De wetgever wil die kwaliteit nu vooral borgen via de terugmeldplicht voor Wwft-instellingen: constateren Wwft-instellingen tijdens een cliëntenonderzoek een verschil tussen de door hen achterhaalde UBO’s en de in het UBO-register opgenomen UBO’s, dan moeten zij dit melden. Ook hierbij is een duidelijk UBO-begrip van belang. Dit beperkt het aantal terugmeldingen, zo mag worden verwacht.

Juist om de nagestreefde kwaliteit te realiseren, zou de wetgever juridische entiteiten van voldoende guidance moeten voorzien. Juridische entiteiten moeten weten waar zij aan toe zijn. Alleen dan kunnen zij de verplichting om de UBO’s te registreren, correct uitvoeren. Inmiddels heeft de wetgever toegezegd dat de Kamer van Koophandel met voorlichting zal komen, inclusief een stappenplan om de UBO’s te bepalen. Voor een uniforme uitleg worden Wwft-instellingen hierbij betrokken, zo kondigt de wetgever aan. Dit is een stap in de goede richting.

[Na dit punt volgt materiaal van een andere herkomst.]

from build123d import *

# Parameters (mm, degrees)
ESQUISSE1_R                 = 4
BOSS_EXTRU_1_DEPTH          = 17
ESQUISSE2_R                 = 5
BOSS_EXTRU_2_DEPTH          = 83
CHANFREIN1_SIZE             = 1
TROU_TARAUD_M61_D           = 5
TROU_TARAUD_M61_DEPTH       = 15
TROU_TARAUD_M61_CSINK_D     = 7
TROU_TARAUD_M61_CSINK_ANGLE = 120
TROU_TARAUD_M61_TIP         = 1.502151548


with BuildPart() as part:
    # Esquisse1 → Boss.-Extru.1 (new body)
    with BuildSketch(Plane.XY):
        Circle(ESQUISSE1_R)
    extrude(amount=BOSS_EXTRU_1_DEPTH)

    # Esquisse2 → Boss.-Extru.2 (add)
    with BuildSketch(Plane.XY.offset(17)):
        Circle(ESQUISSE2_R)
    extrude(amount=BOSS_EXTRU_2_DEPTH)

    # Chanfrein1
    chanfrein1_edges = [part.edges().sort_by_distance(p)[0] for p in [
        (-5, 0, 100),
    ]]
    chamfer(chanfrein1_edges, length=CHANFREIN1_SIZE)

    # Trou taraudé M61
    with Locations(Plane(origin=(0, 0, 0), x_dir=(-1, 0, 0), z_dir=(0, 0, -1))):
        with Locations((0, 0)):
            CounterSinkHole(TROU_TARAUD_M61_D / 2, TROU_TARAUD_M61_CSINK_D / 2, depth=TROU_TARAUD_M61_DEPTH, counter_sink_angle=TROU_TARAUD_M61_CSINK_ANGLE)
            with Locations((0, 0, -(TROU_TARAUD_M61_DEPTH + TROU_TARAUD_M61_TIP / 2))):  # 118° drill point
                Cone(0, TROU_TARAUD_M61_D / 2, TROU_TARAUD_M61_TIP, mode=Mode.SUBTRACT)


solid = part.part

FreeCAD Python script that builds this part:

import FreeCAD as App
import Part
import Sketcher
from FreeCAD import Vector
Q = App.Units.Quantity


def edges_at(feature, points):
    """Names of the edges that pass closest to the given points."""
    edges = feature.Shape.Edges
    near = lambda p: min(range(len(edges)), key=lambda i: edges[i].distToShape(Part.Vertex(*p))[0])
    return sorted({f"Edge{near(p) + 1}" for p in points})

doc = App.newDocument("Part")
body = doc.addObject("PartDesign::Body", "Body")

sketch1 = body.newObject("Sketcher::SketchObject", "Sketch")
sketch1.AttachmentSupport = (doc.getObject("XY_Plane"), [""])
sketch1.MapMode = "FlatFace"
sketch1.addGeometry(Part.Circle(Vector(0, 0, 0), Vector(0, 0, 1), 4), False)
sketch1.addConstraint(Sketcher.Constraint("Coincident", 0, 3, -1, 1))
sketch1.addConstraint(Sketcher.Constraint("Diameter", 0, Q("8 mm")))
pad1 = body.newObject("PartDesign::Pad", "Pad")
pad1.Profile = sketch1
pad1.Length = 17

sketch2 = body.newObject("Sketcher::SketchObject", "Sketch001")
sketch2.AttachmentSupport = (doc.getObject("XY_Plane"), [""])
sketch2.MapMode = "FlatFace"
sketch2.AttachmentOffset = App.Placement(Vector(0, 0, 17), App.Rotation())
sketch2.addGeometry(Part.Circle(Vector(0, 0, 0), Vector(0, 0, 1), 5), False)
sketch2.addConstraint(Sketcher.Constraint("Coincident", 0, 3, -1, 1))
sketch2.addConstraint(Sketcher.Constraint("Diameter", 0, Q("10 mm")))
pad2 = body.newObject("PartDesign::Pad", "Pad001")
pad2.Profile = sketch2
pad2.Length = 83
doc.recompute()

chamfer = body.newObject("PartDesign::Chamfer", "Chamfer")
chamfer.Base = (pad2, edges_at(pad2, [(-5, 0, 100)]))
chamfer.Size = 1

sketch3 = body.newObject("Sketcher::SketchObject", "Sketch002")
sketch3.AttachmentSupport = (doc.getObject("XY_Plane"), [""])
sketch3.MapMode = "FlatFace"
sketch3.addGeometry(Part.Circle(Vector(0, 0, 0), Vector(0, 0, 1), 2.5), False)
sketch3.addConstraint(Sketcher.Constraint("Coincident", 0, 3, -1, 1))
sketch3.addConstraint(Sketcher.Constraint("Diameter", 0, Q("5 mm")))
doc.recompute()
hole = body.newObject("PartDesign::Hole", "Hole")
hole.Profile = sketch3
hole.ThreadType = "None"
hole.Diameter = 5
hole.DepthType = "Dimension"
hole.Depth = 15
hole.DrillPoint = "Angled"
hole.DrillPointAngle = 118
hole.HoleCutType = "Countersink"
hole.HoleCutDiameter = 7
hole.HoleCutCountersinkAngle = 120
hole.Reversed = True

doc.recompute()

Gaat de wetgever al tot uitleg van het UBO-begrip over, dan neemt hij nog wel eens een verkeerde afslag. Een goed voorbeeld hiervan blijkt uit de recent gepubliceerde nadere memorie van antwoord bij voornoemd wetsvoorstel. Hierin legt de wetgever uit wanneer een houder van cumprefs kwalificeert als UBO, namelijk wanneer deze in een boekjaar meer dan 25% van de totale dividenduitkering ontvangt.

Een casus laat de gevolgen van deze uitleg goed zien. Stel dat een houder van cumprefs jaarlijks recht heeft op een preferente uitkering van € 10.000. Als jaarlijks de uitgekeerde winst € 50.000 bedraagt, dan is genoemde houder geen UBO. Hij ontvangt immers minder dan 25% van de totale dividenduitkering. Wordt echter in de eerste twee boekjaren geen winst gemaakt en in het derde jaar een bedrag van € 100.000 als dividend uitgekeerd, dan is de houder van de cumprefs in het derde jaar wel UBO. Tezamen met het achterstallige dividend ontvangt hij namelijk een bedrag van € 30.000 en dat is meer dan 25% van de totale dividenduitkering. Bij een dividenduitkering in jaar 4 van € 75.000 en in jaar 5 van € 25.000, is hij in het vierde jaar geen UBO en in het vijfde jaar juist weer wel.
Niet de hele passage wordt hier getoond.